Surgery (Nissen Fundoplication)...

Ok...so it dawned on me today that I have this blog...this fabulous blog...that I've never really used. So, I've decided to put it to good use. Perhaps this will keep me from boring people with my status updates on FB. lol

Today's topic? Surgery. This Friday (that's in 2 days, oh my!) I am going under the knife and having a procedure called a Nissen Fundoplication. (say what?) Well, let me back track and fill you in on the why, and then perhaps you'll understand the what.

When I was pregnant with my youngest little guy, C, I began having horrible acid reflux. Now, heartburn is relatively normal during pregnancy, but mine was so bad that they needed to put me on Rx drugs. So, I started taking the "purple pill" (Nexium) during that time and had been on it for approx. 6 years. I had an endoscopy last year that showed I have a medium hiatal hernia (part of my stomach is coming through the opening of my diaphragm- the muscle that separates your thoracic cavity from your abdominal cavity) Then, I started having breakthrough reflux...and then other symptoms...feeling food/drink stuck in my throat ( a lovely lump sensation) and regurgitating everything I ate and drank. So, my gastro dr switched me to another med (I've tried many others before this that didn't work...the purple pill was *the one*). This med helped a little the first few days (perhaps while I still had some Nexium in my system) and then my symptoms came back.

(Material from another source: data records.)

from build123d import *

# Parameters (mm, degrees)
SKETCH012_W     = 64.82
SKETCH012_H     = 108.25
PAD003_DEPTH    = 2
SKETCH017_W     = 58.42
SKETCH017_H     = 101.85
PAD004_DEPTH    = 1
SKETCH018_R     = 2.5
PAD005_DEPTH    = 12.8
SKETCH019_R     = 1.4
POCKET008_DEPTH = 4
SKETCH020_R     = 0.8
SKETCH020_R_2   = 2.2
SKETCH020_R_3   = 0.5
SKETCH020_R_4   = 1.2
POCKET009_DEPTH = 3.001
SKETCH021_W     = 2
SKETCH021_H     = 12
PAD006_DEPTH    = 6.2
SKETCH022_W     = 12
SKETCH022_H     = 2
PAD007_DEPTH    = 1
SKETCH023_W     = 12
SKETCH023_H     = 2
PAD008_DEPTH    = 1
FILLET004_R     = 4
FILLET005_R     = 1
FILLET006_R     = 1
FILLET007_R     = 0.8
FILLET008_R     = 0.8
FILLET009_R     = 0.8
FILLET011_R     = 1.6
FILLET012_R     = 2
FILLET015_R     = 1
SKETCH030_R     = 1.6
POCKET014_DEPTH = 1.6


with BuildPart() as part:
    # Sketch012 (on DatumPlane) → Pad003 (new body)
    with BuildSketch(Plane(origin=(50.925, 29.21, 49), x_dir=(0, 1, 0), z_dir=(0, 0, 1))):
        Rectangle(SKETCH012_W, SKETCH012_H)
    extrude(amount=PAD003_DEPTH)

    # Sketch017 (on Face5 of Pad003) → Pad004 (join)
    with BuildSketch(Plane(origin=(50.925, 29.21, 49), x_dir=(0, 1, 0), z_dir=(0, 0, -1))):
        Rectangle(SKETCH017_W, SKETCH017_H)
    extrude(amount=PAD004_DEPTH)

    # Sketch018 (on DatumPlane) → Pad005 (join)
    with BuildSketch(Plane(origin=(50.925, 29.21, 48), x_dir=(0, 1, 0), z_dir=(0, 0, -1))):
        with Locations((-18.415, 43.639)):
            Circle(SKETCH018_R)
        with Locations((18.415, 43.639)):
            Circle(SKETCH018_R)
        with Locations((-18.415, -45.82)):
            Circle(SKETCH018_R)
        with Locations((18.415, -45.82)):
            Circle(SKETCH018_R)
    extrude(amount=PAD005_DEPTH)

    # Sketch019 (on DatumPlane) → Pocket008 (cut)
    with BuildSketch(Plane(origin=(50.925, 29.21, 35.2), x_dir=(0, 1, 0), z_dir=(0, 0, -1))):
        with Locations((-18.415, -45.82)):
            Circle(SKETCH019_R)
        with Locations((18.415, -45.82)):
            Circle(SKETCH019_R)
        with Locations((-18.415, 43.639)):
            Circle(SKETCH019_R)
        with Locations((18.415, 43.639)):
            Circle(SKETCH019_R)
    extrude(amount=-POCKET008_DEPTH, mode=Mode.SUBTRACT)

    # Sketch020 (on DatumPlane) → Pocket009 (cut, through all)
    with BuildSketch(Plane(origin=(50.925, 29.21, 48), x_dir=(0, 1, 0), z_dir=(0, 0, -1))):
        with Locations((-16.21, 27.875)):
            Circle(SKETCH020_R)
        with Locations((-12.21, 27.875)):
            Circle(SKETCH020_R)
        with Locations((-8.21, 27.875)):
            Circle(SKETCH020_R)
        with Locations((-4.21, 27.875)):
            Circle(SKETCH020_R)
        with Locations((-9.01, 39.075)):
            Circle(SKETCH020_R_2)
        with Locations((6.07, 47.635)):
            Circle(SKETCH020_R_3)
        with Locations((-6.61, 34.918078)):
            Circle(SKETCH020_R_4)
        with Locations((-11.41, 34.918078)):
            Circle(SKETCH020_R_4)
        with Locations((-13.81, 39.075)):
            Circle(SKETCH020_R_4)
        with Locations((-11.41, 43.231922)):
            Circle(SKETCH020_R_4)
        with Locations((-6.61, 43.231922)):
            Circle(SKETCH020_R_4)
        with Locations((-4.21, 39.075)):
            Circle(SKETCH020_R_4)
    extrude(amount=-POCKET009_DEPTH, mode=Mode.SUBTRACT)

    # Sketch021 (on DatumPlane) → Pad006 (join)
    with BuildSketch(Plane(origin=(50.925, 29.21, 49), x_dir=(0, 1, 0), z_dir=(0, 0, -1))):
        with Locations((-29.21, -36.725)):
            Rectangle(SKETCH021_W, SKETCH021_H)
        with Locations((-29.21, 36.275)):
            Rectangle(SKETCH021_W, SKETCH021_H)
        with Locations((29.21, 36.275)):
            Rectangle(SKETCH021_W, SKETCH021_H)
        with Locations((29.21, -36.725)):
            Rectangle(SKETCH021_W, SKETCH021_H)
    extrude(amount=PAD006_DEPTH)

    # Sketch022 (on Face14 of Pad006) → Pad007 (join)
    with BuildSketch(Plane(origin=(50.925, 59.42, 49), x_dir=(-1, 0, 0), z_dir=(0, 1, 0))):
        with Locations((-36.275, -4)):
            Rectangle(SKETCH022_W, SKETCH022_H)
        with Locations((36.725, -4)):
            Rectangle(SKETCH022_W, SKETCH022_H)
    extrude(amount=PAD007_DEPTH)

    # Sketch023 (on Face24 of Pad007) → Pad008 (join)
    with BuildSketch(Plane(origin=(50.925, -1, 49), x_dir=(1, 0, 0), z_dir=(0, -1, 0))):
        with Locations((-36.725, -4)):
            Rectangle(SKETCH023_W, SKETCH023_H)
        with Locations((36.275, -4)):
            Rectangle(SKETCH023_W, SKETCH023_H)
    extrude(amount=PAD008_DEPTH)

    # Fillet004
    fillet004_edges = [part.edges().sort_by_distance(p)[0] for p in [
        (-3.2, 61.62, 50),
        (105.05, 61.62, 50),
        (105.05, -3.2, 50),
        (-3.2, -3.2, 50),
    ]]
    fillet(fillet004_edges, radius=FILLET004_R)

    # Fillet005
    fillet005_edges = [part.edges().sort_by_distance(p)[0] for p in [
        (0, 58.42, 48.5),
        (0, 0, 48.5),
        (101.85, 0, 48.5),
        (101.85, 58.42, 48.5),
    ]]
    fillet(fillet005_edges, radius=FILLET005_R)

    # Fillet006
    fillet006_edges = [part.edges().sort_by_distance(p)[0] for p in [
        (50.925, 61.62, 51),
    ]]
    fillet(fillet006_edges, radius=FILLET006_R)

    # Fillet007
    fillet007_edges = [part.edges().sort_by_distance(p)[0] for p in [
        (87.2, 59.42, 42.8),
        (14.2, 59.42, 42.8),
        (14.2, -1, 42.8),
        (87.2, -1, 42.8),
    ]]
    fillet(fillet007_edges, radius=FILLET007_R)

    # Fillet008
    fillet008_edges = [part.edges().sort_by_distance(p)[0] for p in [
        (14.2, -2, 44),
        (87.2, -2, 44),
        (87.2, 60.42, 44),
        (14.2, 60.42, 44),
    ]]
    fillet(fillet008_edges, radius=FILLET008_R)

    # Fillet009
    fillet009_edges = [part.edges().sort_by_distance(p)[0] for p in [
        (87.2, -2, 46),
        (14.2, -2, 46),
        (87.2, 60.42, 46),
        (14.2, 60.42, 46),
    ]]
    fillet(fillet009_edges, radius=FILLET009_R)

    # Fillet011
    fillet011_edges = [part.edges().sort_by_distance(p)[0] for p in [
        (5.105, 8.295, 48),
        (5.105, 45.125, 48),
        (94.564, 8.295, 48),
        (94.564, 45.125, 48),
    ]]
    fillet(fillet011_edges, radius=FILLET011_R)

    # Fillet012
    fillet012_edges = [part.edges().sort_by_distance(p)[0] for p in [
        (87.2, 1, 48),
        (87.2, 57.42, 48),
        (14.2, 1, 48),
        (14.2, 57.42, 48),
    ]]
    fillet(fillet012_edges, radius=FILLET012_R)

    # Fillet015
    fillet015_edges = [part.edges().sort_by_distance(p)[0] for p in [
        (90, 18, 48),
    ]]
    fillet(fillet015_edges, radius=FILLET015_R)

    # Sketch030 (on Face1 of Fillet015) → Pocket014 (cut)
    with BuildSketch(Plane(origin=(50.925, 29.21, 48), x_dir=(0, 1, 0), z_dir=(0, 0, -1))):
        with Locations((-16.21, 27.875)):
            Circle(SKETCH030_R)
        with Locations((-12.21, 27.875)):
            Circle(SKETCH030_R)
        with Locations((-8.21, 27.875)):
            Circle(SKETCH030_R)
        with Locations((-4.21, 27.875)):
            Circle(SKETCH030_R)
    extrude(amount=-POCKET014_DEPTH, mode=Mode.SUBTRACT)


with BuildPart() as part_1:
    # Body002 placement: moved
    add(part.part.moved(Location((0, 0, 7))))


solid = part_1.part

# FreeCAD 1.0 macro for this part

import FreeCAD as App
import Part
import Sketcher


def edges_at(feature, points):
    """Names of the edges that pass closest to the given points."""
    edges = feature.Shape.Edges
    near = lambda p: min(range(len(edges)), key=lambda i: edges[i].distToShape(Part.Vertex(*p))[0])
    return sorted({f"Edge{near(p) + 1}" for p in points})

doc = App.newDocument("Part")
body = doc.addObject("PartDesign::Body", "Body")

# Sketch on XY plane
sketch1 = doc.addObject("Sketcher::SketchObject", "Sketch")
body.addObject(sketch1)
sketch1.AttachmentSupport = (doc.XY_Plane, [""])
sketch1.MapMode = "FlatFace"
sketch1.AttachmentOffset = App.Placement(App.Vector(0, 0, 49), App.Rotation())
sketch1.addGeometry([
    Part.LineSegment(App.Vector(-3, -3, 0), App.Vector(105, -3, 0)),
    Part.LineSegment(App.Vector(105, -3, 0), App.Vector(105, 62, 0)),
    Part.LineSegment(App.Vector(105, 62, 0), App.Vector(-3, 62, 0)),
    Part.LineSegment(App.Vector(-3, 62, 0), App.Vector(-3, -3, 0)),
], False)
sketch1.addConstraint([
    Sketcher.Constraint("Coincident", 0, 2, 1, 1),
    Sketcher.Constraint("Coincident", 1, 2, 2, 1),
    Sketcher.Constraint("Coincident", 2, 2, 3, 1),
    Sketcher.Constraint("Coincident", 3, 2, 0, 1),
    Sketcher.Constraint("Horizontal", 0),
    Sketcher.Constraint("Vertical", 1),
    Sketcher.Constraint("Horizontal", 2),
    Sketcher.Constraint("Vertical", 3),
    Sketcher.Constraint("DistanceX", 0, 1, 0, 2, 108.25),
    Sketcher.Constraint("DistanceY", 1, 1, 1, 2, 64.82),
    Sketcher.Constraint("DistanceY", 0, 2, -1, 1, 3.2),
    Sketcher.Constraint("DistanceX", 2, 2, -1, 1, 3.2),
])
pad1 = doc.addObject("PartDesign::Pad", "Pad")
body.addObject(pad1)
pad1.Profile = sketch1
pad1.Length = 2

# Sketch on XY plane
sketch2 = doc.addObject("Sketcher::SketchObject", "Sketch001")
body.addObject(sketch2)
sketch2.AttachmentSupport = (doc.XY_Plane, [""])
sketch2.MapMode = "FlatFace"
sketch2.AttachmentOffset = App.Placement(App.Vector(0, 0, 49), App.Rotation())
sketch2.addGeometry([
    Part.LineSegment(App.Vector(102, 0, 0), App.Vector(0, 0, 0)),
    Part.LineSegment(App.Vector(0, 0, 0), App.Vector(0, 58, 0)),
    Part.LineSegment(App.Vector(0, 58, 0), App.Vector(102, 58, 0)),
    Part.LineSegment(App.Vector(102, 58, 0), App.Vector(102, 0, 0)),
], False)
sketch2.addConstraint([
    Sketcher.Constraint("Coincident", 0, 2, 1, 1),
    Sketcher.Constraint("Coincident", 1, 2, 2, 1),
    Sketcher.Constraint("Coincident", 2, 2, 3, 1),
    Sketcher.Constraint("Coincident", 3, 2, 0, 1),
    Sketcher.Constraint("Horizontal", 0),
    Sketcher.Constraint("Vertical", 1),
    Sketcher.Constraint("Horizontal", 2),
    Sketcher.Constraint("Vertical", 3),
    Sketcher.Constraint("Coincident", 0, 2, -1, 1),
    Sketcher.Constraint("DistanceX", 0, 2, 0, 1, 101.85),
    Sketcher.Constraint("DistanceY", 1, 1, 1, 2, 58.42),
])
pad2 = doc.addObject("PartDesign::Pad", "Pad001")
body.addObject(pad2)
pad2.Profile = sketch2
pad2.Length = 1
pad2.Reversed = True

So then i got to go have this fabulous, amazing, wonderful test (note the sarcasm) called a pH Motility test. I was told it was no big deal...they're just going to thread a tube down my nose into my esophagus and test the muscles in my throat as I swallow (to rule out swallowing issues) and then replace that tube with a thinner one, albeit less flexible, that I'll wear for 24 hrs to measure the pH changes in my esophagus (i.e. is acid/food *really* coming up into my throat or am I lying to them?). I warned the staff in the Digestive Health Center that I have a horrible gag reflex, but they said I'd be fine. I threw up all over the place. It was THE. MOST. HORRIBLE. THING. EVER! I survived the first test. Then they switched tubes to the 24 hr one. Yeah, i threw up some more. Then they told me to wear it 24 hrs and eat as normally as possible. EAT? You want me to EAT? I couldn't even talk. For 24 hrs I communicated with hand gestures and written notes....I forced myself to eat 1/2 a normal meal and then gave up. Luckily, I made it through the required time and my test read that I was actually having the symptoms I declared. Gee...glad I could prove that to you.

So, that's what brought me to the surgeon. He's going to pull my stomach back down into my abdominal cavity, sew up the enlarged opening in my diaphragm (hiatal hernia fixed) and then (here's the Nissen Fundoplication part) wrap the fundus (top part of the stomach) around the base of my esophagus, tightening/supporting the LES (lower esophageal sphincter). This will basically make the LES a one way valve, instead of it's natural give and take ability, meaning I will no longer be able to burp or vomit, but also means acid/food won't be able to come back up on a daily basis either! Woo!

While my stomach and related stitches heal and I cope with a tightened opening, I will be living on clear liquids, then full liquids...and then slowly soft foods...very soft foods. I've heard mixed information on how quickly I'll be able to return to a "normal" diet of solids, and have heard from people who have had the procedure that there are some things they still can't eat, but here's my logic...

Rather than pay $30/mo for the rest of my life (which is a LONG time!) for medication that doesn't completely work, feeling uncomfortable for the rest of my life, and risk the precancerous changes that these symptoms can cause...I'll have the surgery and deal with whatever minor food inconveniences I'll encounter. And hey...the Dr said most patients lose about 10% of their body weight! WOOHOO!